Zumal viele der Erzählungen meist an ihren Oberflächen bleiben. Leben werden nacherzählt, menschliche Charaktere en miniatur skizziert, doch die Auseinandersetzung mit dem, worum es hier gehen sollte, ist oft sehr blass. Der Tod bleibt abstrakt, eine ferne Gefahr oder ein selbstverständlicher Endpunkt, nichts, was schreckt, verwirrt, verunsichert. Fast alle erzählenden wirken abgeklärt, im Reinen mit sich, dem Leben, dem Tod, bieten keine Reibungsfläche und keine Identifikationsmöglichkeit. Da sind keine Brüche, in welche der Besucher hineingreifen oder gar hineinfallen könnte, nichts, was ihn hineinzöge in das Zwielicht zwischen Dasein und Verschwinden, nichts, was ihn zwänge, sich mit der eigenen Sterblichkeit auseinanderzusetzen. Stattdessen hört man zu, mal gebannter, mal gelangweilter, mal amüsierter, verlässt den Raum und lässt das dort erzählte Leben hinter sich, ohne dass es Spuren hinterlassen hätte, weil es nie Leben werden konnte. Und so wird der Warteraum schnell vom Reflexionsort, an dem der Mensch mit sich und den eigenen Ängsten alleingelassen ist, und vom metaphorischen Wartesaal Leben, der nur die Zeit bis zum Tod zu füllen versucht, zum zunehmend nervigen Zeitverlustapparat.

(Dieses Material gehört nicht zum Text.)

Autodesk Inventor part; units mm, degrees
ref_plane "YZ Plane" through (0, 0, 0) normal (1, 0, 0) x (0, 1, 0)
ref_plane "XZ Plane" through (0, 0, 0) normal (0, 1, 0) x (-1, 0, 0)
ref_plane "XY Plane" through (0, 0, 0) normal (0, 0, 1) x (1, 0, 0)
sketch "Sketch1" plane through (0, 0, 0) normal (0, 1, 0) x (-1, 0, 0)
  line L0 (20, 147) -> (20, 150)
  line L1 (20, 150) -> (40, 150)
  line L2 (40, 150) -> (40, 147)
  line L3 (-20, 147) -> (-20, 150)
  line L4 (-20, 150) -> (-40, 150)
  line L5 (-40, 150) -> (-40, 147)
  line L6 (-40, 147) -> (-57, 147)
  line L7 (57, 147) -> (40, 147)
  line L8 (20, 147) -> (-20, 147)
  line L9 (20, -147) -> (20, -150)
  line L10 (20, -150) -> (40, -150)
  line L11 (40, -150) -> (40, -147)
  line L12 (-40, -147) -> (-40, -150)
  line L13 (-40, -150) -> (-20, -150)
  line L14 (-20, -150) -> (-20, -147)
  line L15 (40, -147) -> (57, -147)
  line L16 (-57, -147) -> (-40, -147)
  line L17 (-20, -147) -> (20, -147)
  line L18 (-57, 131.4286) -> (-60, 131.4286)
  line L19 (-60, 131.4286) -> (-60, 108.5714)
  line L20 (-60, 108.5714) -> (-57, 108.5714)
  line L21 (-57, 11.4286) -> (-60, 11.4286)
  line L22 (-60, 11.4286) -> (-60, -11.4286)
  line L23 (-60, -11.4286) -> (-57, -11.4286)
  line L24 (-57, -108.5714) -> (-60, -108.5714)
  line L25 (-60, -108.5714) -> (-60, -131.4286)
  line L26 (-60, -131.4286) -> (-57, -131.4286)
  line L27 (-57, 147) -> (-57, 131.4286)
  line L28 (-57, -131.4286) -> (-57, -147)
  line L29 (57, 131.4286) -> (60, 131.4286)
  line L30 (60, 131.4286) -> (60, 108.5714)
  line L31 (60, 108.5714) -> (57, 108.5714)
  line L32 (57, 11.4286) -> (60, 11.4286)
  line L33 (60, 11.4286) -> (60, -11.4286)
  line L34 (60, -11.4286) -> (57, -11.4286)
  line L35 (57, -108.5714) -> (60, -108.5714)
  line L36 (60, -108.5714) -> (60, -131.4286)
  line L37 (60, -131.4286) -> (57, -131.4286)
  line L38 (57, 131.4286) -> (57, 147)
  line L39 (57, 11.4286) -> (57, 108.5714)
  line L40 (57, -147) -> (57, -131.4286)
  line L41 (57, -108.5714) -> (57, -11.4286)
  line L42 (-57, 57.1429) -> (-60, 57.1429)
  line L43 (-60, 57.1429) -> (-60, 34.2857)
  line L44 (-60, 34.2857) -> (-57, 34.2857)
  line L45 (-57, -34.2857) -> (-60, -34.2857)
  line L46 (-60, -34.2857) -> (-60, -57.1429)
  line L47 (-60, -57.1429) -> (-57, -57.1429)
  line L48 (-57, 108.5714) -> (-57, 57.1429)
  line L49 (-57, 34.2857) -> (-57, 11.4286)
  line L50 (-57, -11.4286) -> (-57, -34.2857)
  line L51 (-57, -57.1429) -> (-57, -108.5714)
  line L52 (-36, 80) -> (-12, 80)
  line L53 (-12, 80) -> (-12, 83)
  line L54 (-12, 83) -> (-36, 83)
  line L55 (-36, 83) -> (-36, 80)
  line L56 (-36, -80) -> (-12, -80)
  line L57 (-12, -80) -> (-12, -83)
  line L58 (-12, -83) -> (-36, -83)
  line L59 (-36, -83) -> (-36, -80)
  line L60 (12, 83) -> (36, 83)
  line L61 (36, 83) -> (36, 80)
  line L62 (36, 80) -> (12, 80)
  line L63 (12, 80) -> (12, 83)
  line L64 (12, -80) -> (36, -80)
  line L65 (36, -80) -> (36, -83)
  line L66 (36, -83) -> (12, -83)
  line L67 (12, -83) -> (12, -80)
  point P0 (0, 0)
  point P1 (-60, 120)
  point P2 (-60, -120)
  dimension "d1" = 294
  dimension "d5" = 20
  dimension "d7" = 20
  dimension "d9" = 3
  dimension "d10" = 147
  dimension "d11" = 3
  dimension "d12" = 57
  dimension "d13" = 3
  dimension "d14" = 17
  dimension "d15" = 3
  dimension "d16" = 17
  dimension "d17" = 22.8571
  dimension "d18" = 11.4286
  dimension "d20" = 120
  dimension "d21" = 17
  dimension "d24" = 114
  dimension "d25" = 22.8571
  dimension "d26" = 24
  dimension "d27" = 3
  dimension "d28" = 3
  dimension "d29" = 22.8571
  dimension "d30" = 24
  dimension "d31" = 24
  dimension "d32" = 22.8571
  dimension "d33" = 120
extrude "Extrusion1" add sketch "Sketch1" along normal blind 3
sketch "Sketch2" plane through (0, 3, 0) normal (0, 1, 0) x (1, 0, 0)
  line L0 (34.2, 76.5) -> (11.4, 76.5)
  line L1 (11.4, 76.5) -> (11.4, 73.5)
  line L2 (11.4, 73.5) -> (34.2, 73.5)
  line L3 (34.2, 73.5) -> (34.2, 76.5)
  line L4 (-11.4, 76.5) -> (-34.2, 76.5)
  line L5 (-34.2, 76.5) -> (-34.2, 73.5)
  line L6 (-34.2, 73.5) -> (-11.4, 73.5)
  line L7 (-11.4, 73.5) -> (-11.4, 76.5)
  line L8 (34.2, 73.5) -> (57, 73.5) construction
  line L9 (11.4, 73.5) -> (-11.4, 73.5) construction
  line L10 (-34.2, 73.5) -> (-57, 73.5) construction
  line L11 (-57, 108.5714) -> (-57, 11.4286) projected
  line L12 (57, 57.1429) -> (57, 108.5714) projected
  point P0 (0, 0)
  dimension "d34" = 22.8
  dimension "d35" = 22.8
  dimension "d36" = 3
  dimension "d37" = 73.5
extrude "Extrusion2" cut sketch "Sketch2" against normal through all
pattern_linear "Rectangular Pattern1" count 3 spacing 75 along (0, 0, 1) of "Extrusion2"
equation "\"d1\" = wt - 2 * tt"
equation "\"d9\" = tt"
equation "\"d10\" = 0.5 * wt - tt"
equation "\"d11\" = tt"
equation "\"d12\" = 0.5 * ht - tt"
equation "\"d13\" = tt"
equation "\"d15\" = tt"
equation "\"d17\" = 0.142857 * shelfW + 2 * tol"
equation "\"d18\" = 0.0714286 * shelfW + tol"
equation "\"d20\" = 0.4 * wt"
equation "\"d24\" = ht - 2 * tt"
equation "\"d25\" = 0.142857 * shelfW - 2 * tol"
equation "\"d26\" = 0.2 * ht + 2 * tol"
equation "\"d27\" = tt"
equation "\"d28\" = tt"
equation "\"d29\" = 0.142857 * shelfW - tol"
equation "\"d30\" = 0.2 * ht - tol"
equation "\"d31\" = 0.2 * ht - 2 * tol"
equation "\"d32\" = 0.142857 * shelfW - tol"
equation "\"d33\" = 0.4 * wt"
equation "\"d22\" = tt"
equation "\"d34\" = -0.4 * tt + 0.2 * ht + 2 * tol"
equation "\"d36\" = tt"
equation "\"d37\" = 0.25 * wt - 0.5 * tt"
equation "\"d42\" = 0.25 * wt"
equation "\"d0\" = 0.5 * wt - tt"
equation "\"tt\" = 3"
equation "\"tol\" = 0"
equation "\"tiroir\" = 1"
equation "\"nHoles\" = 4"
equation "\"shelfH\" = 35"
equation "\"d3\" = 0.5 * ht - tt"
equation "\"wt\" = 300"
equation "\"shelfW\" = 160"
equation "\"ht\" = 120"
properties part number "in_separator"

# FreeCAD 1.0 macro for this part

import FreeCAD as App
import Part
import Sketcher
from FreeCAD import Vector
Q = App.Units.Quantity


def add_polygon(sketch, points):
    """Adds a closed chain of lines whose ends are joined by coincident constraints."""
    first, n = sketch.GeometryCount, len(points)
    for a, b in zip(points, points[1:] + points[:1]):
        sketch.addGeometry(Part.LineSegment(App.Vector(*a, 0), App.Vector(*b, 0)), False)
    for i in range(n):
        sketch.addConstraint(Sketcher.Constraint("Coincident", first + i, 2, first + (i + 1) % n, 1))

doc = App.newDocument("Part")
body = doc.addObject("PartDesign::Body", "Body")

# Sketch on XZ plane
sketch1 = body.newObject("Sketcher::SketchObject", "Sketch")
sketch1.AttachmentSupport = (doc.getObject("XZ_Plane"), [""])
sketch1.MapMode = "FlatFace"
add_polygon(sketch1, [(-20, 150), (-20, 147), (20, 147), (20, 150), (40, 150), (40, 147), (57, 147), (57, 131.4), (60, 131.4), (60, 108.6), (57, 108.6), (57, 57.1), (60, 57.1), (60, 34.3), (57, 34.3), (57, 11.4), (60, 11.4), (60, -11.4), (57, -11.4), (57, -34.3), (60, -34.3), (60, -57.1), (57, -57.1), (57, -108.6), (60, -108.6), (60, -131.4), (57, -131.4), (57, -147), (40, -147), (40, -150), (20, -150), (20, -147), (-20, -147), (-20, -150), (-40, -150), (-40, -147), (-57, -147), (-57, -131.4), (-60, -131.4), (-60, -108.6), (-57, -108.6), (-57, -11.4), (-60, -11.4), (-60, 11.4), (-57, 11.4), (-57, 108.6), (-60, 108.6), (-60, 131.4), (-57, 131.4), (-57, 147), (-40, 147), (-40, 150)])  # lines 0-51
add_polygon(sketch1, [(36, -83), (36, -80), (12, -80), (12, -83)])  # lines 52-55
add_polygon(sketch1, [(-12, -83), (-12, -80), (-36, -80), (-36, -83)])  # lines 56-59
add_polygon(sketch1, [(12, 80), (36, 80), (36, 83), (12, 83)])  # lines 60-63
add_polygon(sketch1, [(-12, 80), (-12, 83), (-36, 83), (-36, 80)])  # lines 64-67
sketch1.addConstraint(Sketcher.Constraint("Vertical", 0))
sketch1.addConstraint(Sketcher.Constraint("Horizontal", 1))
sketch1.addConstraint(Sketcher.Constraint("Vertical", 2))
sketch1.addConstraint(Sketcher.Constraint("Horizontal", 3))
sketch1.addConstraint(Sketcher.Constraint("Vertical", 4))
sketch1.addConstraint(Sketcher.Constraint("Horizontal", 5))
sketch1.addConstraint(Sketcher.Constraint("Vertical", 6))
sketch1.addConstraint(Sketcher.Constraint("Horizontal", 7))
sketch1.addConstraint(Sketcher.Constraint("Vertical", 8))
sketch1.addConstraint(Sketcher.Constraint("Horizontal", 9))
sketch1.addConstraint(Sketcher.Constraint("Vertical", 10))
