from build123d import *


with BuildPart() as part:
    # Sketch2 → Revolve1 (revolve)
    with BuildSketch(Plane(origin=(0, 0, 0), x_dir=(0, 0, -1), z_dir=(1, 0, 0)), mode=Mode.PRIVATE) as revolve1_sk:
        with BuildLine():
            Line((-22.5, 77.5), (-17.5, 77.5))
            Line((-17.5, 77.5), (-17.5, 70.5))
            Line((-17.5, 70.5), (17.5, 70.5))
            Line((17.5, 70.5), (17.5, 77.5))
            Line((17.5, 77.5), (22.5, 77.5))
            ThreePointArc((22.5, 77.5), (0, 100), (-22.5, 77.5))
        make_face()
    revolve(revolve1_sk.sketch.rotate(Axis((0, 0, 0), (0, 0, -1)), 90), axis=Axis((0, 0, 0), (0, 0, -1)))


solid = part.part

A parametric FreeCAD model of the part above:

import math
import FreeCAD as App
import Part
import Sketcher
from FreeCAD import Vector
Q = App.Units.Quantity

doc = App.newDocument("Part")
body = doc.addObject("PartDesign::Body", "Body")

sketch1 = doc.addObject("Sketcher::SketchObject", "Sketch")
body.addObject(sketch1)
sketch1.AttachmentSupport = (doc.YZ_Plane, [""])
sketch1.MapMode = "FlatFace"
sketch1.addGeometry([
    Part.LineSegment(Vector(77.5, 22.5, 0), Vector(77.5, 17.5, 0)),
    Part.LineSegment(Vector(77.5, 17.5, 0), Vector(70.5, 17.5, 0)),
    Part.LineSegment(Vector(70.5, 17.5, 0), Vector(70.5, -17.5, 0)),
    Part.LineSegment(Vector(70.5, -17.5, 0), Vector(77.5, -17.5, 0)),
    Part.LineSegment(Vector(77.5, -17.5, 0), Vector(77.5, -22.5, 0)),
    Part.ArcOfCircle(Part.Circle(Vector(77.5, 0, 0), Vector(0, 0, 1), 22.5), math.radians(-90), math.radians(90)),
], False)
sketch1.addConstraint([
    Sketcher.Constraint("Coincident", 0, 2, 1, 1),
    Sketcher.Constraint("Coincident", 1, 2, 2, 1),
    Sketcher.Constraint("Coincident", 2, 2, 3, 1),
    Sketcher.Constraint("Coincident", 3, 2, 4, 1),
    Sketcher.Constraint("Coincident", 4, 2, 5, 1),
    Sketcher.Constraint("Coincident", 5, 2, 0, 1),
    Sketcher.Constraint("Vertical", 0),
    Sketcher.Constraint("Horizontal", 1),
    Sketcher.Constraint("Vertical", 2),
    Sketcher.Constraint("Horizontal", 3),
    Sketcher.Constraint("Vertical", 4),
    Sketcher.Constraint("Symmetric", 0, 2, 3, 2, -1),
    Sketcher.Constraint("PointOnObject", 5, 3, -1),
    Sketcher.Constraint("Vertical", 5, 3, 0, 2),
    Sketcher.Constraint("Radius", 5, Q("22.5 mm")),
    Sketcher.Constraint("DistanceX", 1, 2, 1, 1, Q("7 mm")),
    Sketcher.Constraint("DistanceY", 0, 2, 0, 1, Q("5 mm")),
    Sketcher.Constraint("DistanceX", -1, 1, 5, 3, Q("77.5 mm")),
])
revolution = doc.addObject("PartDesign::Revolution", "Revolution")
body.addObject(revolution)
revolution.Profile = sketch1
revolution.ReferenceAxis = (sketch1, ["V_Axis"])
revolution.Angle = 360

doc.recompute()
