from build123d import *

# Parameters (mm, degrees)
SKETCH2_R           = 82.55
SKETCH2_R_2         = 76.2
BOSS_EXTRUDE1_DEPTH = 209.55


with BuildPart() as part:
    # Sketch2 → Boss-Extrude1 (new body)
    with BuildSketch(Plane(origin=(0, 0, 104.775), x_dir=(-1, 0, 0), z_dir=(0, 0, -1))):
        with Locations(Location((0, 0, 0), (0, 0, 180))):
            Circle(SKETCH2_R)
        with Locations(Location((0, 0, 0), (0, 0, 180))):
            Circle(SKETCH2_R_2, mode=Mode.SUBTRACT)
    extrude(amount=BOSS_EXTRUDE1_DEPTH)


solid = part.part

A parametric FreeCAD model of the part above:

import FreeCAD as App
import Part
import Sketcher
Q = App.Units.Quantity

doc = App.newDocument("Part")
body = doc.addObject("PartDesign::Body", "Body")

sketch1 = doc.addObject("Sketcher::SketchObject", "Sketch")
body.addObject(sketch1)
sketch1.AttachmentSupport = (doc.XY_Plane, [""])
sketch1.MapMode = "FlatFace"
sketch1.AttachmentOffset = App.Placement(App.Vector(0, 0, 4.125 * 25.4), App.Rotation())
sketch1.addGeometry(Part.Circle(App.Vector(0, 0, 0), App.Vector(0, 0, 1), 83), False)
sketch1.addGeometry(Part.Circle(App.Vector(0, 0, 0), App.Vector(0, 0, 1), 76), False)
sketch1.addConstraint(Sketcher.Constraint("Coincident", 0, 3, -1, 1))
sketch1.addConstraint(Sketcher.Constraint("Coincident", 1, 3, -1, 1))
sketch1.addConstraint(Sketcher.Constraint("Diameter", 1, Q("6 in")))
sketch1.addConstraint(Sketcher.Constraint("Diameter", 0, Q("6.5 in")))
pad1 = doc.addObject("PartDesign::Pad", "Pad")
body.addObject(pad1)
pad1.Profile = sketch1
pad1.Length = Q("8.25 in")
pad1.Reversed = True

doc.recompute()
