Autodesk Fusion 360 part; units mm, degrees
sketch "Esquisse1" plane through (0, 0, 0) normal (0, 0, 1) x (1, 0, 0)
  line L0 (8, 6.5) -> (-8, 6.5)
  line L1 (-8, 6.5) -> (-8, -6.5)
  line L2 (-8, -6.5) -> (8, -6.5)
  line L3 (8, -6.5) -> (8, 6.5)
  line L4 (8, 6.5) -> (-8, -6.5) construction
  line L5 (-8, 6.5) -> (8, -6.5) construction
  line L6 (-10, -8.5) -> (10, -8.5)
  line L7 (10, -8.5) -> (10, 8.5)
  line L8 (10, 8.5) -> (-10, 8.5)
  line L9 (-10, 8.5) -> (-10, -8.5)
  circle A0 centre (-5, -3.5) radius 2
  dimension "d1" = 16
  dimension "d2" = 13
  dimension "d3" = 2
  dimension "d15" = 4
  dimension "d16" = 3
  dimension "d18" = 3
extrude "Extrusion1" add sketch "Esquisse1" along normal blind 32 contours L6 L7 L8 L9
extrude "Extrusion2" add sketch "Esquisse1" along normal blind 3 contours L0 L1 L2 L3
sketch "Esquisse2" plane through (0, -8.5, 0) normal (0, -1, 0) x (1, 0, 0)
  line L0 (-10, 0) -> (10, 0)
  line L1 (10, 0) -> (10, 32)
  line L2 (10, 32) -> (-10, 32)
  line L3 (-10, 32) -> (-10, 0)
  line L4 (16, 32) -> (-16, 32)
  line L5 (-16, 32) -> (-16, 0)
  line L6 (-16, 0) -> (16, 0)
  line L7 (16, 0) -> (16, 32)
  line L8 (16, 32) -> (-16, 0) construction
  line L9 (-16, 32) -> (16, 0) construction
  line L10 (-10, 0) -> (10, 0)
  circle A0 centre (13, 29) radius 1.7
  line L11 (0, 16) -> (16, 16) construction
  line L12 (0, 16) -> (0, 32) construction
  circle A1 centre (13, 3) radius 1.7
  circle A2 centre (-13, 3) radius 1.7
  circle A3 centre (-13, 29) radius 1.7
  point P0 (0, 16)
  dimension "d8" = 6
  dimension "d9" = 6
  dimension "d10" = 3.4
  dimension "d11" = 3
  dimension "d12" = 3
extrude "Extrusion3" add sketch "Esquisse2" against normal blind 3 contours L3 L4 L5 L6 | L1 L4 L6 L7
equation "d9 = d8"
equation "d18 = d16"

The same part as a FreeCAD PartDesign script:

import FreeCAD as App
import Part
import Sketcher
from FreeCAD import Vector
Q = App.Units.Quantity


def add_polygon(sketch, points):
    """Adds a closed chain of lines whose ends are joined by coincident constraints."""
    first, n = sketch.GeometryCount, len(points)
    for a, b in zip(points, points[1:] + points[:1]):
        sketch.addGeometry(Part.LineSegment(App.Vector(*a, 0), App.Vector(*b, 0)), False)
    for i in range(n):
        sketch.addConstraint(Sketcher.Constraint("Coincident", first + i, 2, first + (i + 1) % n, 1))

doc = App.newDocument("Part")
params = doc.addObject("Spreadsheet::Sheet", "Params")
for row, (alias, value) in enumerate([
    ("sketch1_width", "16 mm"),
    ("sketch1_height", "13 mm"),
    ("pad1_length", "32 mm"),
    ("sketch2_diameter", "4 mm"),
    ("sketch2_width", "16 mm"),
    ("sketch2_height", "13 mm"),
    ("pad2_length", "3 mm"),
    ("sketch3_diameter", "3.4 mm"),
    ("sketch3_width", "6 mm"),
    ("sketch3_height", "32 mm"),
    ("pad3_length", "3 mm"),
], start=1):
    params.set(f"A{row}", alias)
    params.set(f"B{row}", "=" + value)
    params.setAlias(f"B{row}", alias)

body = doc.addObject("PartDesign::Body", "Body")

# Sketch on XY plane
sketch1 = body.newObject("Sketcher::SketchObject", "Sketch")
sketch1.AttachmentSupport = (doc.getObject("XY_Plane"), [""])
sketch1.MapMode = "FlatFace"
add_polygon(sketch1, [(-10, 8.5), (-10, -8.5), (10, -8.5), (10, 8.5)])  # lines 0-3
add_polygon(sketch1, [(-8, 6.5), (8, 6.5), (8, -6.5), (-8, -6.5)])  # lines 4-7
sketch1.addConstraint([
    Sketcher.Constraint("Vertical", 0),
    Sketcher.Constraint("Horizontal", 1),
    Sketcher.Constraint("Vertical", 2),
    Sketcher.Constraint("Horizontal", 3),
    Sketcher.Constraint("Horizontal", 4),
    Sketcher.Constraint("Vertical", 5),
    Sketcher.Constraint("Horizontal", 6),
    Sketcher.Constraint("Vertical", 7),
    Sketcher.Constraint("Symmetric", 0, 2, 2, 2, -1, 1),
    Sketcher.Constraint("Symmetric", 4, 2, 6, 2, -1, 1),
    Sketcher.Constraint("DistanceX", 4, 1, 4, 2, Q("16 mm")),
    Sketcher.Constraint("DistanceY", 5, 2, 5, 1, Q("13 mm")),
    Sketcher.Constraint("DistanceX", 4, 2, 2, 2, Q("2 mm")),
    Sketcher.Constraint("DistanceY", 4, 2, 2, 2, Q("2 mm")),
])
sketch1.setExpression("Constraints[18]", "Params.sketch1_width")
sketch1.setExpression("Constraints[19]", "Params.sketch1_height")
pad1 = body.newObject("PartDesign::Pad", "Pad")
pad1.Profile = sketch1
pad1.setExpression("Length", "Params.pad1_length")

# Sketch on XY plane
sketch2 = body.newObject("Sketcher::SketchObject", "Sketch001")
sketch2.AttachmentSupport = (doc.getObject("XY_Plane"), [""])
sketch2.MapMode = "FlatFace"
add_polygon(sketch2, [(8, -6.5), (8, 6.5), (-8, 6.5), (-8, -6.5)])  # lines 0-3
sketch2.addGeometry(Part.Circle(Vector(-5, -3.5, 0), Vector(0, 0, 1), 2), False)  # 4
sketch2.addConstraint([
    Sketcher.Constraint("Vertical", 0),
    Sketcher.Constraint("Horizontal", 1),
    Sketcher.Constraint("Vertical", 2),
    Sketcher.Constraint("Horizontal", 3),
    Sketcher.Constraint("Symmetric", 0, 2, 2, 2, -1, 1),
    Sketcher.Constraint("Diameter", 4, Q("4 mm")),
    Sketcher.Constraint("DistanceX", 1, 2, 1, 1, Q("16 mm")),
    Sketcher.Constraint("DistanceY", 0, 1, 0, 2, Q("13 mm")),
    Sketcher.Constraint("DistanceX", 4, 3, 0, 2, Q("13 mm")),
    Sketcher.Constraint("DistanceY", 2, 2, 4, 3, Q("3 mm")),
])
sketch2.setExpression("Constraints[9]", "Params.sketch2_diameter")
sketch2.setExpression("Constraints[10]", "Params.sketch2_width")
sketch2.setExpression("Constraints[11]", "Params.sketch2_height")
pad2 = body.newObject("PartDesign::Pad", "Pad001")
pad2.Profile = sketch2
pad2.setExpression("Length", "Params.pad2_length")

# Sketch on XZ plane
sketch3 = body.newObject("Sketcher::SketchObject", "Sketch002")
sketch3.AttachmentSupport = (doc.getObject("XZ_Plane"), [""])
sketch3.MapMode = "FlatFace"
sketch3.AttachmentOffset = App.Placement(Vector(0, 0, 8.5), App.Rotation())
add_polygon(sketch3, [(-16, 0), (-10, 0), (-10, 32), (-16, 32)])  # lines 0-3
sketch3.addGeometry(Part.Circle(Vector(-13, 3, 0), Vector(0, 0, 1), 1.7), False)  # 4
sketch3.addGeometry(Part.Circle(Vector(-13, 29, 0), Vector(0, 0, 1), 1.7), False)  # 5
add_polygon(sketch3, [(10, 32), (10, 0), (16, 0), (16, 32)])  # lines 6-9
sketch3.addGeometry(Part.Circle(Vector(13, 3, 0), Vector(0, 0, 1), 1.7), False)  # 10
sketch3.addGeometry(Part.Circle(Vector(13, 29, 0), Vector(0, 0, 1), 1.7), False)  # 11
sketch3.addConstraint([
    Sketcher.Constraint("Horizontal", 0),
    Sketcher.Constraint("Vertical", 1),
    Sketcher.Constraint("Horizontal", 2),
    Sketcher.Constraint("Vertical", 3),
    Sketcher.Constraint("Vertical", 6),
    Sketcher.Constraint("Horizontal", 7),
    Sketcher.Constraint("Vertical", 8),
    Sketcher.Constraint("Horizontal", 9),
    Sketcher.Constraint("Equal", 4, 5),
    Sketcher.Constraint("Equal", 5, 10),
    Sketcher.Constraint("Equal", 10, 11),
    Sketcher.Constraint("Symmetric", 0, 2, 6, 2, -1, 1),
    Sketcher.Constraint("Symmetric", 4, 3, 10, 3, -2),
    Sketcher.Constraint("Symmetric", 5, 3, 11, 3, -2),
    Sketcher.Constraint("Symmetric", 3, 2, 7, 2, -2),
    Sketcher.Constraint("Horizontal", 2, 2, 8, 2),
    Sketcher.Constraint("Vertical", 4, 3, 5, 3),
    Sketcher.Constraint("Diameter", 4, Q("3.4 mm")),
    Sketcher.Constraint("DistanceX", 0, 1, 0, 2, Q("6 mm")),
    Sketcher.Constraint("DistanceY", -1, 1, 4, 3, Q("3 mm")),
    Sketcher.Constraint("DistanceX", 4, 3, 0, 2, Q("3 mm")),
    Sketcher.Constraint("DistanceY", 5, 3, 1, 2, Q("3 mm")),
    Sketcher.Constraint("DistanceY", 1, 1, 1, 2, Q("32 mm")),
    Sketcher.Constraint("DistanceX", 4, 3, -1, 1, Q("13 mm")),
])
sketch3.setExpression("Constraints[25]", "Params.sketch3_diameter")
sketch3.setExpression("Constraints[26]", "Params.sketch3_width")
sketch3.setExpression("Constraints[30]", "Params.sketch3_height")
pad3 = body.newObject("PartDesign::Pad", "Pad002")
pad3.Profile = sketch3
pad3.setExpression("Length", "Params.pad3_length")
pad3.Reversed = True

doc.recompute()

Eine Ausnahme gibt es jedoch: den Raum des Neurochirurgen. Er ist eher abstrakt gehalten. Bis zu sechs Besucher*innen setzen auf weißen Schemeln und schauen in einen Guckkasten in der Mitte. Dort erzählt der pensionierte Arzt von sich, lässt sein Altern in Bildern erleben, und von seinem Spezialgebiet, der Demenz, der Selbstauflösung von Geist und Bewusstsein, dem graduellen Verschwinden des Ich. Dabei starrt der Besucher mal ins Dunkel, dann aufs Gegenüber, verschwimmen Gesichter, reale, projizierte ineinander, überlagern sich. Das Ich, das Bewusstsein um die eigene Identität, für den Arzt die Essenz des Lebens, gerät ins Straucheln, kippt ins Ungewisse, verschwimmt in Unsicherheit. Da ist sie, die existenzielle Verunsicherung, die mit dem Nachdenken – oder dessen Verweigerung – über den Tod einhergeht, die verwurzelt ist in der kaum jemals fasslichen Ironie, dass Leben nur möglich ist, weil es wieder ausgelöscht werden wird. Da ist auch – endlich – die Frage danach, was Leben denn ausmache, welche Rolle dabei spielt, wie wir uns unser selbst und der Welt bewusst sind. Und schließlich jene nach dem Nachlass: nicht materiell und pragmatisch, sondern ganz substanziell: Was bleibt von mir, wenn ich nicht mehr ich bin? Aufwühlende acht Minuten in eineinhalb Stunden weitgehender Beliebigkeit.